Elton Rasmussen

Personal information
- Full name: Elton William Rasmussen
- Born: 27 July 1936 Maryborough, Queensland
- Died: 28 November 1978 (aged 42) Toowoomba, Queensland

Playing information
- Position: Prop, Second-row
Club
| Years | Team | Pld | T | G | FG | P |
|  | All Whites |  |  |  |  |  |
| 1962–68 | St. George | 126 | 21 | 49 | 0 | 161 |
| 1969 | Souths (Brisbane) |  |  |  |  |  |
|  | Total | 126 | 21 | 49 | 0 | 161 |
Representative
| Years | Team | Pld | T | G | FG | P |
| 1959–61, 1969 | Queensland | 13 | 0 | 3 | 0 | 6 |
| 1962–68 | New South Wales | 7 | 0 | 0 | 0 | 0 |
| 1959–68 | Australia | 15 | 0 | 0 | 0 | 0 |
- Source:

= Elton Rasmussen =

Australia international rugby league footballer

Elton Rasmussen (1936–1978) was an Australian professional rugby league footballer who played in the 1950s and 1960s. He was a with the St. George Dragons during the second half of their 11-year consecutive premiership winning run from 1956 to 1966. He was a representative in the Australian national team from 1959 to 1962 and from 1967 to 1968.

==Career==
Rasmussen was playing for Toowoomba when first selected for Queensland in 1959. That year he played in the Queensland victory over New South Wales that attracted 35,261 spectators, smashing Brisbane's previous record for an interstate match of 22,817. He was then picked on the 1959-60 Kangaroo tour and made his Test debut in that Ashes series against Great Britain. He played in two Tests and fifteen minor matches on tour. Later in 1960 he played in all three Tests of the domestic series against France.

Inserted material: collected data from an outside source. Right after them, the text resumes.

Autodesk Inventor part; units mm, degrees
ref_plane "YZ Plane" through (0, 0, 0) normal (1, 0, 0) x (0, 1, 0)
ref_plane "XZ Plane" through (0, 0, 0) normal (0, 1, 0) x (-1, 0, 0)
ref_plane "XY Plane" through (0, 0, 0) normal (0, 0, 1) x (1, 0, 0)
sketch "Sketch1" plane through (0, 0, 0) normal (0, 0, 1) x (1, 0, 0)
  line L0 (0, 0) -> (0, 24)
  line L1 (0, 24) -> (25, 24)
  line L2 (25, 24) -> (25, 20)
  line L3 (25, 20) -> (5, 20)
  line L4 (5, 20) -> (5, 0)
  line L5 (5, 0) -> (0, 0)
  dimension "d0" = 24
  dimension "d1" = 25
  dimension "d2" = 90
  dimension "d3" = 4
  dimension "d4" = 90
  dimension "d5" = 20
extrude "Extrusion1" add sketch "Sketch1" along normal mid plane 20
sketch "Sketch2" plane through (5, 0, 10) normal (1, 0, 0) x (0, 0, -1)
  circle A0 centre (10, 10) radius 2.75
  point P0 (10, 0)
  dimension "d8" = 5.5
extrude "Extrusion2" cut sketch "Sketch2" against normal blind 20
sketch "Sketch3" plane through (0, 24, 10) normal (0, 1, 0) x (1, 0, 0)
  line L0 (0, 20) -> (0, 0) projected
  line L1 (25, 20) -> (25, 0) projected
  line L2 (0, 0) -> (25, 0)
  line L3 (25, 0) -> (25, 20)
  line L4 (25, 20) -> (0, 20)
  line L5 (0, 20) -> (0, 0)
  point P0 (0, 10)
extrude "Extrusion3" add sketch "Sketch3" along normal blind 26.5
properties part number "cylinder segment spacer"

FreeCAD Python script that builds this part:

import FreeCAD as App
import Part
import Sketcher

V = App.Vector


def add_polygon(sketch, points):
    """Adds a closed chain of lines whose ends are joined by coincident constraints."""
    first, n = sketch.GeometryCount, len(points)
    for a, b in zip(points, points[1:] + points[:1]):
        sketch.addGeometry(Part.LineSegment(App.Vector(*a, 0), App.Vector(*b, 0)), False)
    for i in range(n):
        sketch.addConstraint(Sketcher.Constraint("Coincident", first + i, 2, first + (i + 1) % n, 1))

doc = App.newDocument("Part")
body = doc.addObject("PartDesign::Body", "Body")

# Sketch on XY plane
sketch1 = body.newObject("Sketcher::SketchObject", "Sketch")
sketch1.AttachmentSupport = (doc.getObject("XY_Plane"), [""])
sketch1.MapMode = "FlatFace"
add_polygon(sketch1, [(0, 24), (0, 0), (5, 0), (5, 20), (25, 20), (25, 24)])  # lines 0-5
sketch1.addConstraint(Sketcher.Constraint("Vertical", 0))
sketch1.addConstraint(Sketcher.Constraint("Horizontal", 1))
sketch1.addConstraint(Sketcher.Constraint("Vertical", 2))
sketch1.addConstraint(Sketcher.Constraint("Horizontal", 3))
sketch1.addConstraint(Sketcher.Constraint("Vertical", 4))
sketch1.addConstraint(Sketcher.Constraint("Horizontal", 5))
sketch1.addConstraint(Sketcher.Constraint("Coincident", 0, 2, -1, 1))
sketch1.addConstraint(Sketcher.Constraint("Equal", 3, 2))
sketch1.addConstraint(Sketcher.Constraint("DistanceX", 3, 1, 3, 2, 20.0))
sketch1.addConstraint(Sketcher.Constraint("DistanceX", 5, 2, 5, 1, 25.0))
sketch1.addConstraint(Sketcher.Constraint("DistanceY", 0, 2, 0, 1, 24.0))
pad1 = body.newObject("PartDesign::Pad", "Pad")
pad1.Profile = sketch1
pad1.Length = 20
pad1.Midplane = True

# Sketch on YZ plane
sketch2 = body.newObject("Sketcher::SketchObject", "Sketch001")
sketch2.AttachmentSupport = (doc.getObject("YZ_Plane"), [""])
sketch2.MapMode = "FlatFace"
sketch2.AttachmentOffset = App.Placement(V(0, 0, 5), App.Rotation())
sketch2.addGeometry(Part.Circle(V(10, 0, 0), V(0, 0, 1), 2.8), False)
sketch2.addConstraint(Sketcher.Constraint("PointOnObject", 0, 3, -1))
sketch2.addConstraint(Sketcher.Constraint("Diameter", 0, 5.5))
sketch2.addConstraint(Sketcher.Constraint("DistanceX", -1, 1, 0, 3, 10.0))
pocket1 = body.newObject("PartDesign::Pocket", "Pocket")
pocket1.Profile = sketch2
pocket1.Length = 20

# Sketch on XZ plane
sketch3 = body.newObject("Sketcher::SketchObject", "Sketch002")
sketch3.AttachmentSupport = (doc.getObject("XZ_Plane"), [""])
sketch3.MapMode = "FlatFace"
sketch3.AttachmentOffset = App.Placement(V(0, 0, -24), App.Rotation())
add_polygon(sketch3, [(25, -10), (0, -10), (0, 10), (25, 10)])  # lines 0-3
sketch3.addConstraint(Sketcher.Constraint("Horizontal", 0))
sketch3.addConstraint(Sketcher.Constraint("Vertical", 1))
sketch3.addConstraint(Sketcher.Constraint("Horizontal", 2))
sketch3.addConstraint(Sketcher.Constraint("Vertical", 3))
sketch3.addConstraint(Sketcher.Constraint("Symmetric", 0, 2, 1, 2, -1, 1))
sketch3.addConstraint(Sketcher.Constraint("DistanceX", 0, 2, 0, 1, 25.0))
sketch3.addConstraint(Sketcher.Constraint("DistanceY", 1, 1, 1, 2, 20.0))
pad2 = body.newObject("PartDesign::Pad", "Pad001")
pad2.Profile = sketch3
pad2.Length = 26.5
pad2.Reversed = True

doc.recompute()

Rasmussen relocated to New South Wales and joined St George in 1962. He played 122 games for St George till 1968 and played in five successive winning Grand finals from 1962 to 1966, the first at lock and the rest in the second-row. He represented again for Australia in 1962 against Great Britain, made a second Kangaroo tour in 1967 playing in all six Tests and twelve minor touring matches. His final national appearances were in the 1968 World Cup where he appeared in one pool match and in Australia's victory in the final over France. Rasmussen captain-coached Brisbane Souths in 1969 and again earned Queensland representative honours in that year.

==Death==

Rasmussen died suddenly in 1978 from a heart attack at Greenmount near Toowoomba, Queensland aged 42.

==Accolades==

In 2008, rugby league in Australia's centenary year, Rasmussen was named at lock forward in the Toowoomba and South West Team of the Century.